# Red Star Pullets?



## lizziebeth66 (Jun 30, 2015)

I bought these from a hatchery and was told they were red star, but a few of them look completely different so I was wondering if they were all red star pullets.


----------



## Nm156 (May 16, 2015)

They look like they could be.What hatchery did you get them from?


----------



## lizziebeth66 (Jun 30, 2015)

Georgia Mad Hatcher, He really seemed like he knew what he was doing. And it was a very nice place. It just seems like they are really different in coloring. I am new to this, so I didn't know what a red star pullet should look like at this age. Having a hard time finding pictures.


----------



## Fiere (Feb 26, 2014)

Some are more red, some are more golden. They'll look basically the same as adults, some will just have a richer red colour where others will be a dull orangey


----------



## WhitecatFarm (Oct 10, 2014)

They do not look like red stars to me. Pullets are usually reddish while cockerels are white or light yellow. I have never seen the dark flecks on red stars.


----------



## WhitecatFarm (Oct 10, 2014)

Red star chicks


----------



## Nm156 (May 16, 2015)

WhitecatFarm said:


> They do not look like red stars to me. Pullets are usually reddish while cockerels are white or light yellow. I have never seen the dark flecks on red stars.

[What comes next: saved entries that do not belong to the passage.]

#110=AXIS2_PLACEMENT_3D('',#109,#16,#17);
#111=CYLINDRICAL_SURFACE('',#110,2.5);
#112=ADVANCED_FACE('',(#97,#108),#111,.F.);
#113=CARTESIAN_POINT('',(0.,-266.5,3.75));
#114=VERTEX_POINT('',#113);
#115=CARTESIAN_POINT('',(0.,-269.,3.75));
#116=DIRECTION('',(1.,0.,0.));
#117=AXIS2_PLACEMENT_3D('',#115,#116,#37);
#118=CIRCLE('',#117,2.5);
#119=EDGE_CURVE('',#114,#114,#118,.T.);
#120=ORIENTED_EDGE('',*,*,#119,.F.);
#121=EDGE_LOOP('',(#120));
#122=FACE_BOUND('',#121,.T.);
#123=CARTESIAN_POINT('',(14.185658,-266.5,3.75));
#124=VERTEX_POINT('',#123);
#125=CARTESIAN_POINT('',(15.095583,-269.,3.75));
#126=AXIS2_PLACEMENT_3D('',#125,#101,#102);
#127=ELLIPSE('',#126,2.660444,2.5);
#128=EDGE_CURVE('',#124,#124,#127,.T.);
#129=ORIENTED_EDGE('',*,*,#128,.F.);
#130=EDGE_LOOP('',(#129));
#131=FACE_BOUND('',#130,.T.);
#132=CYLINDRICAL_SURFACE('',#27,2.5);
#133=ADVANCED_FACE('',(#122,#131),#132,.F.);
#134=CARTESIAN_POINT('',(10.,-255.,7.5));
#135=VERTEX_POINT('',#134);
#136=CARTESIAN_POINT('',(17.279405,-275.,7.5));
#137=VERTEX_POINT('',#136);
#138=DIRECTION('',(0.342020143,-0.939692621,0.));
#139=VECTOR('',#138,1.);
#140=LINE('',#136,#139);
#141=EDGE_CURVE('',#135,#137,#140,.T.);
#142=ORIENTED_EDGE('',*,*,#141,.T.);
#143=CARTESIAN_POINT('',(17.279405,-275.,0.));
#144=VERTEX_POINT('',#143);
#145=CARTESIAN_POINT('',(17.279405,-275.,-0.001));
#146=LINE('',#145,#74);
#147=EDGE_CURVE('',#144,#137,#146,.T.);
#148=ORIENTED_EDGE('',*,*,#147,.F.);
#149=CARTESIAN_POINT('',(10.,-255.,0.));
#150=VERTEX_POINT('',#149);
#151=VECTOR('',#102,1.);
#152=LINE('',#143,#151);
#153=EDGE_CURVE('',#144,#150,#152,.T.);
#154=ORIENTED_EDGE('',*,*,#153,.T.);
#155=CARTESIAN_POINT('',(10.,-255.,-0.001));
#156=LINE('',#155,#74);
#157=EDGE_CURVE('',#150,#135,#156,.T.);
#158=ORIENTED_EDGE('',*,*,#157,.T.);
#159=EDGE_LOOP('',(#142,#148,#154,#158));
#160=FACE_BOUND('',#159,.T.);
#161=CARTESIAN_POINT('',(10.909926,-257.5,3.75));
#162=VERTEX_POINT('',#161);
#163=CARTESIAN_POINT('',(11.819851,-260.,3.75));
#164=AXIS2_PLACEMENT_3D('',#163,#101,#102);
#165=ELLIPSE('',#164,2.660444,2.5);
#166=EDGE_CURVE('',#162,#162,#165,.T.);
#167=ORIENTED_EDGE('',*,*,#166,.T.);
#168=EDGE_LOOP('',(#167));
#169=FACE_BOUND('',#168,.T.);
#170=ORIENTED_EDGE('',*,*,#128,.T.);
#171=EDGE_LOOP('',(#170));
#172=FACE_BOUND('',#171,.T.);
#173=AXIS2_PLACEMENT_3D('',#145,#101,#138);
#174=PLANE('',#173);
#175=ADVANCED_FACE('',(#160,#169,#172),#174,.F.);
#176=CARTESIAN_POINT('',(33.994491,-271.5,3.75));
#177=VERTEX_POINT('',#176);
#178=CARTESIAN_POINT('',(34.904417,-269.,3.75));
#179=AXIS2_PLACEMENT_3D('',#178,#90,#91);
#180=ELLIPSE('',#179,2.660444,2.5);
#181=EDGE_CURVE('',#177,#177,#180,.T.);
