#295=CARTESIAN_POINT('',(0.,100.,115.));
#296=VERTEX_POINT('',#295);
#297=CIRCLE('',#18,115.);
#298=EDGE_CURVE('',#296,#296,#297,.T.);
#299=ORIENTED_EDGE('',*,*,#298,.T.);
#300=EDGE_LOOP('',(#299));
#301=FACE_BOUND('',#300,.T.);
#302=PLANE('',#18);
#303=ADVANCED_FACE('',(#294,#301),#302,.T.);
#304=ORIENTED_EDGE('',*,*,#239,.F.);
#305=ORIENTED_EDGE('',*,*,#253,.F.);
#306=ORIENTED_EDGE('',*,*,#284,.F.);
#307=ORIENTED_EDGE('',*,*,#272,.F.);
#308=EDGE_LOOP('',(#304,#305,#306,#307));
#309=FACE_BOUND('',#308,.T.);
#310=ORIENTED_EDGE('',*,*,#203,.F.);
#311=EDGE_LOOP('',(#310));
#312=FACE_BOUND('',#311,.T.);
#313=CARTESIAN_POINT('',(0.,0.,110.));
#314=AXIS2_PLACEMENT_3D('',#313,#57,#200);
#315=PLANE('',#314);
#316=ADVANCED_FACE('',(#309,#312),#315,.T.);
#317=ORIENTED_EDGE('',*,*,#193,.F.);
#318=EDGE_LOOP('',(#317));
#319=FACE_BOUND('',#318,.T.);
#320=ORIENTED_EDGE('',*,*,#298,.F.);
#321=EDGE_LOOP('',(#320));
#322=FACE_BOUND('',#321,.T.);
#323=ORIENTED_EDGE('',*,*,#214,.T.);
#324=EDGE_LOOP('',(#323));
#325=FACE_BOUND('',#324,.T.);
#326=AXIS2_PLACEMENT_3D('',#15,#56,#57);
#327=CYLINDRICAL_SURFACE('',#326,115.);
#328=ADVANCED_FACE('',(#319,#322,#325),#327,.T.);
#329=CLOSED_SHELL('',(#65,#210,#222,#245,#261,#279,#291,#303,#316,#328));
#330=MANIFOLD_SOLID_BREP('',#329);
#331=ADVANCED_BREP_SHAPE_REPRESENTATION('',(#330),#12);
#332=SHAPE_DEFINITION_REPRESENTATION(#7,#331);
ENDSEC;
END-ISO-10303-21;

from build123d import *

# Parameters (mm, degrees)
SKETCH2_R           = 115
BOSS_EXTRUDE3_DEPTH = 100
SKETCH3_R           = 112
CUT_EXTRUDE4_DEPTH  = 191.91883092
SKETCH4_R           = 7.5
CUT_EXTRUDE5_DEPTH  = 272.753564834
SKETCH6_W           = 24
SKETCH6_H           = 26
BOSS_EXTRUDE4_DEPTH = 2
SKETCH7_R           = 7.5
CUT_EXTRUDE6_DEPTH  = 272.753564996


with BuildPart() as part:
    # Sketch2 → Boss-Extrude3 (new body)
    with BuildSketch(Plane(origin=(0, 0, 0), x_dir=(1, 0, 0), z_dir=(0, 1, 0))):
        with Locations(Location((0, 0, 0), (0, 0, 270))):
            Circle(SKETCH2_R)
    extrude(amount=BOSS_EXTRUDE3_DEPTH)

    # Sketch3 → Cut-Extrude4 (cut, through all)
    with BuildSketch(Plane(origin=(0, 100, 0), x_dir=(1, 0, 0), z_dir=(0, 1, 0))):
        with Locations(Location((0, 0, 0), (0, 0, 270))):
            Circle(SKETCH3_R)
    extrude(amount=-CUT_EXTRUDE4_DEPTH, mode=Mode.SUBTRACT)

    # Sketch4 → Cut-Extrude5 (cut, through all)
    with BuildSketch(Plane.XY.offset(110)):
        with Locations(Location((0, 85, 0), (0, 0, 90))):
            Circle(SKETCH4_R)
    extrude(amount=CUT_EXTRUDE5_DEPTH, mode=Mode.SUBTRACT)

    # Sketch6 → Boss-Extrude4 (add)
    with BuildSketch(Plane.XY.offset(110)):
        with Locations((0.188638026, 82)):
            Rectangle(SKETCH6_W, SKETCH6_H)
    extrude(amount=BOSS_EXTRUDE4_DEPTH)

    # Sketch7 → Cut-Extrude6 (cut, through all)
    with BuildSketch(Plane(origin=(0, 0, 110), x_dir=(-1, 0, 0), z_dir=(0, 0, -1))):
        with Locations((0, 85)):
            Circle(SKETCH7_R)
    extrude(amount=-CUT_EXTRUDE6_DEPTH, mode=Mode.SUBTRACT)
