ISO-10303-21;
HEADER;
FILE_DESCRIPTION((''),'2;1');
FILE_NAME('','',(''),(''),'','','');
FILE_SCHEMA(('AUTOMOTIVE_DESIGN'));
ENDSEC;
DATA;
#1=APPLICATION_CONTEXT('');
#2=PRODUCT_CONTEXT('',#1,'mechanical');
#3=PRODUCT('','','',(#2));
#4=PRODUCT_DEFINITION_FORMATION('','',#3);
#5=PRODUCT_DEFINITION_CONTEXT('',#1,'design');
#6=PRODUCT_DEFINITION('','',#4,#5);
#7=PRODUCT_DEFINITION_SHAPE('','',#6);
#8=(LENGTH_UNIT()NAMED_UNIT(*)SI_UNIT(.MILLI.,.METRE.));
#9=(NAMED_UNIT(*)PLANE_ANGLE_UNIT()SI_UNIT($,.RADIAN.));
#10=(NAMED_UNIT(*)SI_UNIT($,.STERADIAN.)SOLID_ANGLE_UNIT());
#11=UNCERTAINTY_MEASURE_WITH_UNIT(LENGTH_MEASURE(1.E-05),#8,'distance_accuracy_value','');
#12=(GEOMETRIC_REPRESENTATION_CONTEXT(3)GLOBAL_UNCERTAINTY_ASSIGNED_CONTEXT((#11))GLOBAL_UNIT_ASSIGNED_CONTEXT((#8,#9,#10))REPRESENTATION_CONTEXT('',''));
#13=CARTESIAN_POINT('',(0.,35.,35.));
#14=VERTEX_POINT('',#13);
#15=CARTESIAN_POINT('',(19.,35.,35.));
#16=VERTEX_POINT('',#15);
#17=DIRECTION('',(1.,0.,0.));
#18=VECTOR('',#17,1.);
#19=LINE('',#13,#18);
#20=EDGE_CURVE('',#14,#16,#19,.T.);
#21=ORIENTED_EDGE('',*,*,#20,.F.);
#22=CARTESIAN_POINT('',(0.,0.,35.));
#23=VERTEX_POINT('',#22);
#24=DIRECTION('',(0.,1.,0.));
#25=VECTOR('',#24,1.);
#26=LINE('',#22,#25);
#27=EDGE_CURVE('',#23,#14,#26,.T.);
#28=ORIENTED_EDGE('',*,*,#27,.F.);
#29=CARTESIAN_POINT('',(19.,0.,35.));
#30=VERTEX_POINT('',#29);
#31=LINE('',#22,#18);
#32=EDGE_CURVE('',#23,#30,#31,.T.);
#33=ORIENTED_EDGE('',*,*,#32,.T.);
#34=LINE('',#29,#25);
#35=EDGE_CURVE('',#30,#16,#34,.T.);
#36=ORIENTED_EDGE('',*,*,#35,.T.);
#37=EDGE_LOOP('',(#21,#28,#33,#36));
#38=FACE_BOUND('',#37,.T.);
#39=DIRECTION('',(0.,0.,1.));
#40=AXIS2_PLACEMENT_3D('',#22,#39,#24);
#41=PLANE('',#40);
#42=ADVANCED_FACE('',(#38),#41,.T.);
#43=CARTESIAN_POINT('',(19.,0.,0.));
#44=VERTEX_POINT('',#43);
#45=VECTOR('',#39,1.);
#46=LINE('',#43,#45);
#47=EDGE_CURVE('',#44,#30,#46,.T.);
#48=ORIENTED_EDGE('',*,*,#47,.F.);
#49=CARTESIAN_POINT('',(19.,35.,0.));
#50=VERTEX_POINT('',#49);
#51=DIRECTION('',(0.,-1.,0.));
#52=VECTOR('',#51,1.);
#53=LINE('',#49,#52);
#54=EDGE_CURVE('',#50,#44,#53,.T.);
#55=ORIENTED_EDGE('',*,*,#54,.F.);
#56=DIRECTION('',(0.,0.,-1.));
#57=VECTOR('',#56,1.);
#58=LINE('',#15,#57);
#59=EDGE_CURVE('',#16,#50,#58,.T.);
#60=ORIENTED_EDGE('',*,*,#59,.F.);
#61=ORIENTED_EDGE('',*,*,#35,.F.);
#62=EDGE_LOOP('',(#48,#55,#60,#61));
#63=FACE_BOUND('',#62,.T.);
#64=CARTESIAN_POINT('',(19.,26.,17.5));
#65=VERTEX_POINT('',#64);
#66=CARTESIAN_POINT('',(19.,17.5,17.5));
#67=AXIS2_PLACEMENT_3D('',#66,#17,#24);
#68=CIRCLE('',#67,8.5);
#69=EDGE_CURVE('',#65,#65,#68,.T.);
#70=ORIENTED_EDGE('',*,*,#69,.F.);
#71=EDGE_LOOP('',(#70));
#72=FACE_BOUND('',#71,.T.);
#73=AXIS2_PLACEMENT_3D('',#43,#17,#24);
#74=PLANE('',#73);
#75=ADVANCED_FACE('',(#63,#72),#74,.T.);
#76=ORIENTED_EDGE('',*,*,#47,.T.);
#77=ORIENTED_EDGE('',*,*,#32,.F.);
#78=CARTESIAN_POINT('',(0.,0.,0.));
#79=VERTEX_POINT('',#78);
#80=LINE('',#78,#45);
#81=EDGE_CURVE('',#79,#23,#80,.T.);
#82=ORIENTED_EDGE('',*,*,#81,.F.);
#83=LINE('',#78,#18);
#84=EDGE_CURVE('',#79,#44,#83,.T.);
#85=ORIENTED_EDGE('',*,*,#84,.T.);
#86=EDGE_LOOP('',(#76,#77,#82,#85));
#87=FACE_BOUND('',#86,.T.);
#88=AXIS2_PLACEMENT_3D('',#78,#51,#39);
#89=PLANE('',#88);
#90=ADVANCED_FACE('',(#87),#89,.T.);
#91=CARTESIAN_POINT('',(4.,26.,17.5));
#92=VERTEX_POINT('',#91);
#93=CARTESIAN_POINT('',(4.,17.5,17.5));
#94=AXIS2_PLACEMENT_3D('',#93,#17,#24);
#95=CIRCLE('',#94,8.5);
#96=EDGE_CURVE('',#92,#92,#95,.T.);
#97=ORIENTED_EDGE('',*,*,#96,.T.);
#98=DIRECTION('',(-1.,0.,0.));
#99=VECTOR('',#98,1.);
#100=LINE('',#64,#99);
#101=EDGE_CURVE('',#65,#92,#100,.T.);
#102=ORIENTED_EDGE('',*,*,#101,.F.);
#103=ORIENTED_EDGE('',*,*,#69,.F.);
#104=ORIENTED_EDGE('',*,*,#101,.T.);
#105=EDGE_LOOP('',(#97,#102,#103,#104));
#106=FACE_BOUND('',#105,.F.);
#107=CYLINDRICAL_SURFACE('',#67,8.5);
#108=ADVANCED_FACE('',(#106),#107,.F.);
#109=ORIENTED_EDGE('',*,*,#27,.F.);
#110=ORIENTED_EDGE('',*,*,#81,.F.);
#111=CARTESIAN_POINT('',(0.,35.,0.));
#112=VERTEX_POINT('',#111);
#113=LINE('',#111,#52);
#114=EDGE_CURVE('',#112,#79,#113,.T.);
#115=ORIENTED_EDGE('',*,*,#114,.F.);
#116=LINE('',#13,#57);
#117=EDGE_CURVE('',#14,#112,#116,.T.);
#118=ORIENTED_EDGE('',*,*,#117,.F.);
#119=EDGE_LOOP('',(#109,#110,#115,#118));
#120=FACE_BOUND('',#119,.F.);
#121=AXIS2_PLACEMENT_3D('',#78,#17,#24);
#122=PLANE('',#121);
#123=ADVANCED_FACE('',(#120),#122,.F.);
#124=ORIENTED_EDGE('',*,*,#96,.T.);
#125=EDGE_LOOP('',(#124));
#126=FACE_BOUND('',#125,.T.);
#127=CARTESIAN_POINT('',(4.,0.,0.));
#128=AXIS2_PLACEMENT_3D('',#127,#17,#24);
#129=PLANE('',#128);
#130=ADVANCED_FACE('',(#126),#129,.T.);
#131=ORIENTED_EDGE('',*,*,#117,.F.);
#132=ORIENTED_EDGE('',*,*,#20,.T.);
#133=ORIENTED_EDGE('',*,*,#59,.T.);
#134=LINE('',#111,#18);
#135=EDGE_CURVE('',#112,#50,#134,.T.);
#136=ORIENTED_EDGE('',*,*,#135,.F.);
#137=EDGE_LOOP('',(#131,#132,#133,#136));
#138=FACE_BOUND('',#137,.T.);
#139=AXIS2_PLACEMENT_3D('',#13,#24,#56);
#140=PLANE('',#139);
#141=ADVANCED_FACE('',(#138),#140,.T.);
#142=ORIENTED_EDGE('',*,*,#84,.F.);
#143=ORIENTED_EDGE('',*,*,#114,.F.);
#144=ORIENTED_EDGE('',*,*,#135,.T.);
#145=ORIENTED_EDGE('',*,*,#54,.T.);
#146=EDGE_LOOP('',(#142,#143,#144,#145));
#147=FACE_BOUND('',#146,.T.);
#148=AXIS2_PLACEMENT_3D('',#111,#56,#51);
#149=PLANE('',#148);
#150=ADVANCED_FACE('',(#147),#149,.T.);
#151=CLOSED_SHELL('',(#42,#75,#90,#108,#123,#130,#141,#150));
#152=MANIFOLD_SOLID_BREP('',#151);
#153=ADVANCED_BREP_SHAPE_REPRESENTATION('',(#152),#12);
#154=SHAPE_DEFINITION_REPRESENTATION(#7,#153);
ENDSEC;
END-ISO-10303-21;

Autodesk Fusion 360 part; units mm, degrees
sketch "Boceto1" plane through (0, 0, 0) normal (1, 0, 0) x (0, 1, 0)
  line L0 (0, 0) -> (0, 35)
  line L1 (0, 35) -> (35, 35)
  line L2 (35, 35) -> (35, 0)
  line L3 (35, 0) -> (0, 0)
  dimension "d1" = 35
  dimension "d2" = 35
extrude "Extruir1" add sketch "Boceto1" along normal blind 19
sketch "Boceto2" plane through (19, 0, 0) normal (1, 0, 0) x (0, 1, 0)
  line L0 (35, 0) -> (35, 35)
  line L1 (35, 35) -> (0, 35)
  line L2 (0, 35) -> (0, 0)
  line L3 (0, 0) -> (35, 0)
  circle A0 centre (17.5, 17.5) radius 8.5
  dimension "d5" = 17
extrude "Extruir2" cut sketch "Boceto2" against normal blind 15 contours A0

In the video they are day old and you're not seeing the color developing on the wings.Also since they're from a different hatchery they could a different parent stock.
here's some pics of Townline's red cross.Pics 1 and 2 are at 2 days the others pics are at day 9,last one is at 17 weeks.Their site says they are from a RIR male and a Columbian female.


----------



## WhitecatFarm (Oct 10, 2014)

OK, the Columbian is where the dark feathers come from. Most red star pullets I have seen are solid red with white patches. Roos being all white. The most common cross is a Rhode Island Red rooster with a Rhode Island White hen.


----------



## Nm156 (May 16, 2015)

Georgia Mad Hatchery says theirs are a RIR and white rock cross.Their golden buffs are RIR and RIW.


----------